══ Data

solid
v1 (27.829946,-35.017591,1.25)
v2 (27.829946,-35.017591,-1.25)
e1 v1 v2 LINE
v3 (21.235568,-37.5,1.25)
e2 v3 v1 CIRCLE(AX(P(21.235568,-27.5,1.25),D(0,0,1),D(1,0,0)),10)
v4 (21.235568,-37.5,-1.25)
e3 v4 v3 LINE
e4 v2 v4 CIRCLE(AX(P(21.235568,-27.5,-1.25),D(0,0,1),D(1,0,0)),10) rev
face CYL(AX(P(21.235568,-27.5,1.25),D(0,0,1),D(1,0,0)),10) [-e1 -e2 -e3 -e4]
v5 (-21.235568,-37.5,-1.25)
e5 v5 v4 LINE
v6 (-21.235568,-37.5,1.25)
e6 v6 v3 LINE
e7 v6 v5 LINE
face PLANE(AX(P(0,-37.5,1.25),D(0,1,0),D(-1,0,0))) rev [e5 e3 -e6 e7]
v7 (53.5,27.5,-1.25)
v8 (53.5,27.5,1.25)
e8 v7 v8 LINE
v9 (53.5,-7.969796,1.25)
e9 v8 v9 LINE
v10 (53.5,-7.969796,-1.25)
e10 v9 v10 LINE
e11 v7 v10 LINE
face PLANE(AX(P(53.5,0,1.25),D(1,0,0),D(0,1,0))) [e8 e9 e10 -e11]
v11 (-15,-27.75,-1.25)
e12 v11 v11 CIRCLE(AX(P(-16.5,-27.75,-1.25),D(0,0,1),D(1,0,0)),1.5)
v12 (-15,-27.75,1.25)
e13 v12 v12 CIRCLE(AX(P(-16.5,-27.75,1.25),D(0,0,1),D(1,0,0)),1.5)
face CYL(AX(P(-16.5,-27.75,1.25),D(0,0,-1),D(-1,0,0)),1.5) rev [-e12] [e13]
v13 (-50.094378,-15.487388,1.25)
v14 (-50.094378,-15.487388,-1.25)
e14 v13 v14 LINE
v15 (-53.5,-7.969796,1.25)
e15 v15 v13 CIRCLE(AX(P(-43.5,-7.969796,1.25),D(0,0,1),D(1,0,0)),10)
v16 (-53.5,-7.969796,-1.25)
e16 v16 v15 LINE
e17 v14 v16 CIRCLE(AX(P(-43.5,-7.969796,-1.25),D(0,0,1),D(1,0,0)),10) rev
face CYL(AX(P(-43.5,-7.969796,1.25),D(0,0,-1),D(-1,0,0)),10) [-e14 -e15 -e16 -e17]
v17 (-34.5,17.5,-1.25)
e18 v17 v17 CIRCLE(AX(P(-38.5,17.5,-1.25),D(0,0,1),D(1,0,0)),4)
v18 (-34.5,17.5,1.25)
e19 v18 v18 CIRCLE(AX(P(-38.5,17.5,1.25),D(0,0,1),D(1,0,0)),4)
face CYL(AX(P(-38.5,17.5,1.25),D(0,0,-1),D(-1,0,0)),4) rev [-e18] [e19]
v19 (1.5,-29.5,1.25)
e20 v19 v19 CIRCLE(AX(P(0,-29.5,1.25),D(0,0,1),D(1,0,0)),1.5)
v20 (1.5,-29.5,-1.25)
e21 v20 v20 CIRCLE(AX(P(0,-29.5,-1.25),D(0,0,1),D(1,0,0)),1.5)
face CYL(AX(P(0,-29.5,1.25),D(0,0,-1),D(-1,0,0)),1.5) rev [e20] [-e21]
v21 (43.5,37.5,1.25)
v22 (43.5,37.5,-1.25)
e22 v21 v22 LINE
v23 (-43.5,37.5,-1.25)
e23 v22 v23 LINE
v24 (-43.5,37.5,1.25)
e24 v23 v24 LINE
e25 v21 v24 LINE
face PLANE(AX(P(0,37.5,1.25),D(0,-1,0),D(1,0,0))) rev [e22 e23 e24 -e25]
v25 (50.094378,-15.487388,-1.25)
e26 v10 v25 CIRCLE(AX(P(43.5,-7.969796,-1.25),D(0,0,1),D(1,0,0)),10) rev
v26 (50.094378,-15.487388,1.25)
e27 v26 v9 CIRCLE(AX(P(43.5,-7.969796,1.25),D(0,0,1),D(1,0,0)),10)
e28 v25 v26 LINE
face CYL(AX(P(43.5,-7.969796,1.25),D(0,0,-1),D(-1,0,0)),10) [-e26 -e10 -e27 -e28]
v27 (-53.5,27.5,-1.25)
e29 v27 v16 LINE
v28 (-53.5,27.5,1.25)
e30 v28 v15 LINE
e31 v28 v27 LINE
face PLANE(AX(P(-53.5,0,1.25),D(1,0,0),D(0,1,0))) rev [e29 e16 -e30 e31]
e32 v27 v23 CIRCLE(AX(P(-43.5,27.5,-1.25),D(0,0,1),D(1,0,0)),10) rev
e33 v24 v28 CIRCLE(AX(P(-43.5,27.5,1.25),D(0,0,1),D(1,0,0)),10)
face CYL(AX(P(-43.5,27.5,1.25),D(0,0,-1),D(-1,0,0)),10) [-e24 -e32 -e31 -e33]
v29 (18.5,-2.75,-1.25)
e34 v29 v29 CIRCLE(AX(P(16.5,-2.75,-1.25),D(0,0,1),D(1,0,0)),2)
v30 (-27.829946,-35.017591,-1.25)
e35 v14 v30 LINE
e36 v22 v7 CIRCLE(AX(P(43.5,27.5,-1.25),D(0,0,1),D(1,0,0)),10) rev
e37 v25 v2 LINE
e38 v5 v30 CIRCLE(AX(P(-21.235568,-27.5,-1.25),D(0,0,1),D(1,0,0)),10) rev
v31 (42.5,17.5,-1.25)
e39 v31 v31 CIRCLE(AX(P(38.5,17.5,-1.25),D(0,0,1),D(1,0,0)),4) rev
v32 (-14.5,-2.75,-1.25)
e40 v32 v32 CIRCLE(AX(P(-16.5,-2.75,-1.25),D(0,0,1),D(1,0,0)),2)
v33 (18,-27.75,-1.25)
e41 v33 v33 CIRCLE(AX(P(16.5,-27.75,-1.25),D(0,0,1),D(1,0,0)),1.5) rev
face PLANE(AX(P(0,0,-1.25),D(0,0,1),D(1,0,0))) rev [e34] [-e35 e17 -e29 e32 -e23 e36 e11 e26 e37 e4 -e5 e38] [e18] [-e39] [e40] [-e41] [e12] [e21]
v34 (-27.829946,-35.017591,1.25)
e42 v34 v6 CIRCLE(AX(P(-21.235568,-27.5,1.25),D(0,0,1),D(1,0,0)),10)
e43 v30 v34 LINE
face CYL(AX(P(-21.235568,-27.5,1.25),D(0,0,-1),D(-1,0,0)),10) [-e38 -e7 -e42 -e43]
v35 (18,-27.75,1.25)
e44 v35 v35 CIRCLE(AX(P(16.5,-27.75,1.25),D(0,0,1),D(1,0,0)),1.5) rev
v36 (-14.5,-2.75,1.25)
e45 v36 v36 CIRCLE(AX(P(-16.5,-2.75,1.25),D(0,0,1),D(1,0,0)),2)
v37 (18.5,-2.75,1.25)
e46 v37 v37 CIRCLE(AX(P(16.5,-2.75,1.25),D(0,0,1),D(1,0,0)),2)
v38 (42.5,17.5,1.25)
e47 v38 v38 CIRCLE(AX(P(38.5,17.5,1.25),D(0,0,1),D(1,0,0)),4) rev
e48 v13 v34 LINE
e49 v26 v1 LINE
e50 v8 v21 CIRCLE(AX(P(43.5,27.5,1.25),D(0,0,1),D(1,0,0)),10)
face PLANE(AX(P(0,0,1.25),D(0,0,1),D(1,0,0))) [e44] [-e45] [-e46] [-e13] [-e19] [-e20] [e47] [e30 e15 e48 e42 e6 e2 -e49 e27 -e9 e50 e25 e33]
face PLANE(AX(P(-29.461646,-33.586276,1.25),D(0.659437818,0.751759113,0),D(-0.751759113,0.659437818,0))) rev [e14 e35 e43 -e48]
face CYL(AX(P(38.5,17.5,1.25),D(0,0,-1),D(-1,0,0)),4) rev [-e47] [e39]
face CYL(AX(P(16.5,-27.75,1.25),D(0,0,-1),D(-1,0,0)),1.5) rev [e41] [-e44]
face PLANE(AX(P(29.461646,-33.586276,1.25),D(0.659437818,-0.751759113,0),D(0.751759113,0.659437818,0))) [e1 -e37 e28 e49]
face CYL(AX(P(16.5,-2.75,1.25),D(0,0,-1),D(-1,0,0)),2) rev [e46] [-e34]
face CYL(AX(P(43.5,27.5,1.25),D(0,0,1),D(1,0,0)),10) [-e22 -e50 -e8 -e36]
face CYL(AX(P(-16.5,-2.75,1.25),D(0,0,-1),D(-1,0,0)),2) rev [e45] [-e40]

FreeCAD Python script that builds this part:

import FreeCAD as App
import Part
import Sketcher
from FreeCAD import Vector


def edges_at(feature, points):
    """Names of the edges that pass closest to the given points."""
    edges = feature.Shape.Edges
    near = lambda p: min(range(len(edges)), key=lambda i: edges[i].distToShape(Part.Vertex(*p))[0])
    return sorted({f"Edge{near(p) + 1}" for p in points})

doc = App.newDocument("Part")
body = doc.addObject("PartDesign::Body", "Body")

# Sketch on XY plane
sketch1 = doc.addObject("Sketcher::SketchObject", "Sketch")
body.addObject(sketch1)
sketch1.AttachmentSupport = (doc.XY_Plane, [""])
sketch1.MapMode = "FlatFace"
sketch1.addGeometry(Part.LineSegment(Vector(53.5, 37.5, 0), Vector(-53.5, 37.5, 0)), False)
sketch1.addGeometry(Part.LineSegment(Vector(-53.5, 37.5, 0), Vector(-53.5, -12.5, 0)), False)
sketch1.addGeometry(Part.LineSegment(Vector(-53.5, -12.5, 0), Vector(-25, -37.5, 0)), False)
sketch1.addGeometry(Part.LineSegment(Vector(-25, -37.5, 0), Vector(25, -37.5, 0)), False)
sketch1.addGeometry(Part.LineSegment(Vector(25, -37.5, 0), Vector(53.5, -12.5, 0)), False)
sketch1.addGeometry(Part.LineSegment(Vector(53.5, -12.5, 0), Vector(53.5, 37.5, 0)), False)
sketch1.addGeometry(Part.Circle(Vector(-16.5, -27.8, 0), Vector(0, 0, 1), 1.5), False)
sketch1.addGeometry(Part.Circle(Vector(0, -29.5, 0), Vector(0, 0, 1), 1.5), False)
sketch1.addGeometry(Part.Circle(Vector(16.5, -27.8, 0), Vector(0, 0, 1), 1.5), False)
sketch1.addGeometry(Part.Circle(Vector(-16.5, -2.8, 0), Vector(0, 0, 1), 2), False)
sketch1.addGeometry(Part.Circle(Vector(-38.5, 17.5, 0), Vector(0, 0, 1), 4), False)
sketch1.addGeometry(Part.Circle(Vector(16.5, -2.8, 0), Vector(0, 0, 1), 2), False)
sketch1.addGeometry(Part.Circle(Vector(38.5, 17.5, 0), Vector(0, 0, 1), 4), False)
sketch1.addConstraint(Sketcher.Constraint("Coincident", 0, 2, 1, 1))
sketch1.addConstraint(Sketcher.Constraint("Coincident", 1, 2, 2, 1))
sketch1.addConstraint(Sketcher.Constraint("Coincident", 2, 2, 3, 1))
sketch1.addConstraint(Sketcher.Constraint("Coincident", 3, 2, 4, 1))
sketch1.addConstraint(Sketcher.Constraint("Coincident", 4, 2, 5, 1))
sketch1.addConstraint(Sketcher.Constraint("Coincident", 5, 2, 0, 1))
sketch1.addConstraint(Sketcher.Constraint("Horizontal", 0))
sketch1.addConstraint(Sketcher.Constraint("Vertical", 1))
sketch1.addConstraint(Sketcher.Constraint("Horizontal", 3))
sketch1.addConstraint(Sketcher.Constraint("Vertical", 5))
sketch1.addConstraint(Sketcher.Constraint("Equal", 6, 7))
sketch1.addConstraint(Sketcher.Constraint("Equal", 7, 8))
sketch1.addConstraint(Sketcher.Constraint("Equal", 9, 11))
sketch1.addConstraint(Sketcher.Constraint("Equal", 10, 12))
sketch1.addConstraint(Sketcher.Constraint("Symmetric", 6, 3, 8, 3, -2))
sketch1.addConstraint(Sketcher.Constraint("Symmetric", 9, 3, 11, 3, -2))
sketch1.addConstraint(Sketcher.Constraint("Symmetric", 10, 3, 12, 3, -2))
sketch1.addConstraint(Sketcher.Constraint("Symmetric", 1, 2, 4, 2, -2))
sketch1.addConstraint(Sketcher.Constraint("PointOnObject", 7, 3, -2))
sketch1.addConstraint(Sketcher.Constraint("Vertical", 6, 3, 9, 3))
sketch1.addConstraint(Sketcher.Constraint("Equal", 3, 1))
sketch1.addConstraint(Sketcher.Constraint("Equal", 2, 4))
sketch1.addConstraint(Sketcher.Constraint("Diameter", 6, 3.0))
sketch1.addConstraint(Sketcher.Constraint("Diameter", 9, 4.0))
sketch1.addConstraint(Sketcher.Constraint("Diameter", 10, 8.0))
sketch1.addConstraint(Sketcher.Constraint("DistanceX", 0, 2, 0, 1, 107.0))
sketch1.addConstraint(Sketcher.Constraint("DistanceX", 3, 1, 3, 2, 50.0))
sketch1.addConstraint(Sketcher.Constraint("DistanceX", 6, 3, 8, 3, 33.0))
sketch1.addConstraint(Sketcher.Constraint("DistanceY", 6, 3, 9, 3, 25.0))
sketch1.addConstraint(Sketcher.Constraint("DistanceX", 10, 3, 9, 3, 22.0))
sketch1.addConstraint(Sketcher.Constraint("DistanceY", 7, 3, 10, 3, 47.0))
sketch1.addConstraint(Sketcher.Constraint("DistanceY", 10, 3, 0, 2, 20.0))
sketch1.addConstraint(Sketcher.Constraint("DistanceY", 2, 2, 7, 3, 8.0))
sketch1.addConstraint(Sketcher.Constraint("DistanceY", 7, 3, -1, 1, 29.5))
sketch1.addConstraint(Sketcher.Constraint("DistanceY", 6, 3, -1, 1, 27.75))
pad1 = doc.addObject("PartDesign::Pad", "Pad")
body.addObject(pad1)
pad1.Profile = sketch1
pad1.Length = 2.5
pad1.Midplane = True
doc.recompute()

fillet = doc.addObject("PartDesign::Fillet", "Fillet")
body.addObject(fillet)
fillet.Base = (pad1, edges_at(pad1, [
    (53.5, -12.5, 0),
    (25, -37.5, 0),
    (-25, -37.5, 0),
    (-53.5, -12.5, 0),
    (-53.5, 37.5, 0),
    (53.5, 37.5, 0),
]))
fillet.Radius = 10

doc.recompute()
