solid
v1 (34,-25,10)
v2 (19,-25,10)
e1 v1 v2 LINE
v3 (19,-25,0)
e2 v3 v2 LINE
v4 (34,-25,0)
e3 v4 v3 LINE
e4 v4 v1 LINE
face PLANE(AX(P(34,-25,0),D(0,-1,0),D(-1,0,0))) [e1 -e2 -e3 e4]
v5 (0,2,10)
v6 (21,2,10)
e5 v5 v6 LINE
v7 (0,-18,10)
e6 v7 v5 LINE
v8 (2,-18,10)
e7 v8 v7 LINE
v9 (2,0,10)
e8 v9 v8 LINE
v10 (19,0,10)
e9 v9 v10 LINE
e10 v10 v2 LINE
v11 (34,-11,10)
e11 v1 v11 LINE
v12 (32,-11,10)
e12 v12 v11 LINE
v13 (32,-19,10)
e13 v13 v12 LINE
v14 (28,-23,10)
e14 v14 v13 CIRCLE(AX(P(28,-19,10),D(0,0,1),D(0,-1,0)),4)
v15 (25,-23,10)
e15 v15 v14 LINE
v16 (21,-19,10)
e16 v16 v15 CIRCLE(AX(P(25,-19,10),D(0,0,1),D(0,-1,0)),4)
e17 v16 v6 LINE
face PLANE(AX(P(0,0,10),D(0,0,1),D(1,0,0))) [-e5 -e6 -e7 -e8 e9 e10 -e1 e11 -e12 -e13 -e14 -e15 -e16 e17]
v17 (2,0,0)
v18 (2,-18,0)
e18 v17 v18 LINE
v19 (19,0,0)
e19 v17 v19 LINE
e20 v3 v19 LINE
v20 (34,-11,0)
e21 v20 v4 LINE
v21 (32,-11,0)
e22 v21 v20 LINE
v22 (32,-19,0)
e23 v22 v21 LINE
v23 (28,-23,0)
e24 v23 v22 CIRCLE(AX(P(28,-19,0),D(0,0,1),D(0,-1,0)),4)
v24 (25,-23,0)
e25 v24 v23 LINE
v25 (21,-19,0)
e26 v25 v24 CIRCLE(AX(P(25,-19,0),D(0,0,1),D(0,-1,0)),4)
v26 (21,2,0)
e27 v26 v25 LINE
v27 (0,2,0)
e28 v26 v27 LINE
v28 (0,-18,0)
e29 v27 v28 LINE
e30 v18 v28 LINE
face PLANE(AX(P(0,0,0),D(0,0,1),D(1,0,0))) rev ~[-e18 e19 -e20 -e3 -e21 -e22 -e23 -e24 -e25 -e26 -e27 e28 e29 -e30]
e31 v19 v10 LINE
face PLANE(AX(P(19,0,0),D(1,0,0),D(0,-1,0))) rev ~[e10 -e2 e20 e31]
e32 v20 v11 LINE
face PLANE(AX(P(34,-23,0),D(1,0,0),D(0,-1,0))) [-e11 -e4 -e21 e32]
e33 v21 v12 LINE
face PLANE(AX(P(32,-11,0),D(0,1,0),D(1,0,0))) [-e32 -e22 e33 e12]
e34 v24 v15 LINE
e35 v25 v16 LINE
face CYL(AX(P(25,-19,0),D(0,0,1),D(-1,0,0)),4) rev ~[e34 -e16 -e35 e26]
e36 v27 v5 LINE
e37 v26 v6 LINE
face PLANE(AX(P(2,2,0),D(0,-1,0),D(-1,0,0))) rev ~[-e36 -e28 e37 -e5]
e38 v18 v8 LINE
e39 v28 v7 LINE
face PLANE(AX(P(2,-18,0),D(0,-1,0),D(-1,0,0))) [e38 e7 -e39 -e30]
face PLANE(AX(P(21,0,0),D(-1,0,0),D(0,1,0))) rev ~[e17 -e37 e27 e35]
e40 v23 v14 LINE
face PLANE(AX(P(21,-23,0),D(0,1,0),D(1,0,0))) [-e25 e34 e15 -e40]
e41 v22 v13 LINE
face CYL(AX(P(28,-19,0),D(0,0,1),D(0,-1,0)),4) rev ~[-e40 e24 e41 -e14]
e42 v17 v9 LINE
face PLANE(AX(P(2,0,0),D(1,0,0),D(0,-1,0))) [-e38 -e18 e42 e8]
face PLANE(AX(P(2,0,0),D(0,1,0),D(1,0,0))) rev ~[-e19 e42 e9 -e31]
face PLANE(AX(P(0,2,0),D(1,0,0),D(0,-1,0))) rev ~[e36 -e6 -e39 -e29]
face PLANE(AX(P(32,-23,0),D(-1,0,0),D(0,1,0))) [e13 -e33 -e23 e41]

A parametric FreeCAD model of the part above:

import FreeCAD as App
import Part
import Sketcher
Q = App.Units.Quantity


def edges_at(feature, points):
    """Names of the edges that pass closest to the given points."""
    edges = feature.Shape.Edges
    near = lambda p: min(range(len(edges)), key=lambda i: edges[i].distToShape(Part.Vertex(*p))[0])
    return sorted({f"Edge{near(p) + 1}" for p in points})


def add_polygon(sketch, points):
    """Adds a closed chain of lines whose ends are joined by coincident constraints."""
    first, n = sketch.GeometryCount, len(points)
    for a, b in zip(points, points[1:] + points[:1]):
        sketch.addGeometry(Part.LineSegment(App.Vector(*a, 0), App.Vector(*b, 0)), False)
    for i in range(n):
        sketch.addConstraint(Sketcher.Constraint("Coincident", first + i, 2, first + (i + 1) % n, 1))

doc = App.newDocument("Part")
params = doc.addObject("Spreadsheet::Sheet", "Params")
for row, (alias, value) in enumerate([
    ("sketch1_width", "2 mm"),
    ("sketch1_width2", "15 mm"),
    ("sketch1_width3", "21 mm"),
    ("sketch1_height", "20 mm"),
    ("sketch1_height2", "25 mm"),
    ("pad1_length", "10 mm"),
    ("fillet_radius", "4 mm"),
], start=1):
    params.set(f"A{row}", alias)
    params.set(f"B{row}", "=" + value)
    params.setAlias(f"B{row}", alias)

body = doc.addObject("PartDesign::Body", "Body")

# Sketch on XY plane
sketch1 = doc.addObject("Sketcher::SketchObject", "Sketch")
body.addObject(sketch1)
sketch1.AttachmentSupport = (doc.XY_Plane, [""])
sketch1.MapMode = "FlatFace"
add_polygon(sketch1, [(0, 2), (0, -18), (2, -18), (2, 0), (19, 0), (19, -25), (34, -25), (34, -11), (32, -11), (32, -23), (21, -23), (21, 2)])  # lines 0-11
sketch1.addConstraint([
    Sketcher.Constraint("Vertical", 0),
    Sketcher.Constraint("Horizontal", 1),
    Sketcher.Constraint("Vertical", 2),
    Sketcher.Constraint("Horizontal", 3),
    Sketcher.Constraint("Vertical", 4),
    Sketcher.Constraint("Horizontal", 5),
    Sketcher.Constraint("Vertical", 6),
    Sketcher.Constraint("Horizontal", 7),
    Sketcher.Constraint("Vertical", 8),
    Sketcher.Constraint("Horizontal", 9),
    Sketcher.Constraint("Vertical", 10),
    Sketcher.Constraint("Horizontal", 11),
    Sketcher.Constraint("PointOnObject", 0, 2, -2),
    Sketcher.Constraint("PointOnObject", 2, 2, -1),
    Sketcher.Constraint("Equal", 1, 7),
    Sketcher.Constraint("Equal", 4, 10),
    Sketcher.Constraint("DistanceX", 1, 1, 1, 2, Q("2 mm")),
    Sketcher.Constraint("DistanceX", 5, 1, 5, 2, Q("15 mm")),
    Sketcher.Constraint("DistanceX", 11, 2, 11, 1, Q("21 mm")),
    Sketcher.Constraint("DistanceY", 0, 2, 0, 1, Q("20 mm")),
    Sketcher.Constraint("DistanceY", 4, 2, 4, 1, Q("25 mm")),
    Sketcher.Constraint("DistanceY", 8, 2, 8, 1, Q("12 mm")),
    Sketcher.Constraint("DistanceY", -1, 1, 10, 2, Q("2 mm")),
    Sketcher.Constraint("DistanceX", 4, 2, 9, 2, Q("2 mm")),
])
sketch1.setExpression("Constraints[28]", "Params.sketch1_width")
sketch1.setExpression("Constraints[29]", "Params.sketch1_width2")
sketch1.setExpression("Constraints[30]", "Params.sketch1_width3")
sketch1.setExpression("Constraints[31]", "Params.sketch1_height")
sketch1.setExpression("Constraints[32]", "Params.sketch1_height2")
pad1 = doc.addObject("PartDesign::Pad", "Pad")
body.addObject(pad1)
pad1.Profile = sketch1
pad1.setExpression("Length", "Params.pad1_length")
doc.recompute()

fillet = doc.addObject("PartDesign::Fillet", "Fillet")
body.addObject(fillet)
fillet.Base = (pad1, edges_at(pad1, [(21, -23, 5), (32, -23, 5)]))
fillet.setExpression("Radius", "Params.fillet_radius")

doc.recompute()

════

▶ **What you are asked to do**: A word-for-word copy of the lines above from the one with "e12 v11 v11" through the one with "e16 v16 v15 LINE", inclusive, is the only output wanted.

▶ **Answer to the exercise**:
e12 v11 v11 CIRCLE(AX(P(-16.5,-27.75,-1.25),D(0,0,1),D(1,0,0)),1.5)
v12 (-15,-27.75,1.25)
e13 v12 v12 CIRCLE(AX(P(-16.5,-27.75,1.25),D(0,0,1),D(1,0,0)),1.5)
face CYL(AX(P(-16.5,-27.75,1.25),D(0,0,-1),D(-1,0,0)),1.5) rev [-e12] [e13]
v13 (-50.094378,-15.487388,1.25)
v14 (-50.094378,-15.487388,-1.25)
e14 v13 v14 LINE
v15 (-53.5,-7.969796,1.25)
e15 v15 v13 CIRCLE(AX(P(-43.5,-7.969796,1.25),D(0,0,1),D(1,0,0)),10)
v16 (-53.5,-7.969796,-1.25)
e16 v16 v15 LINE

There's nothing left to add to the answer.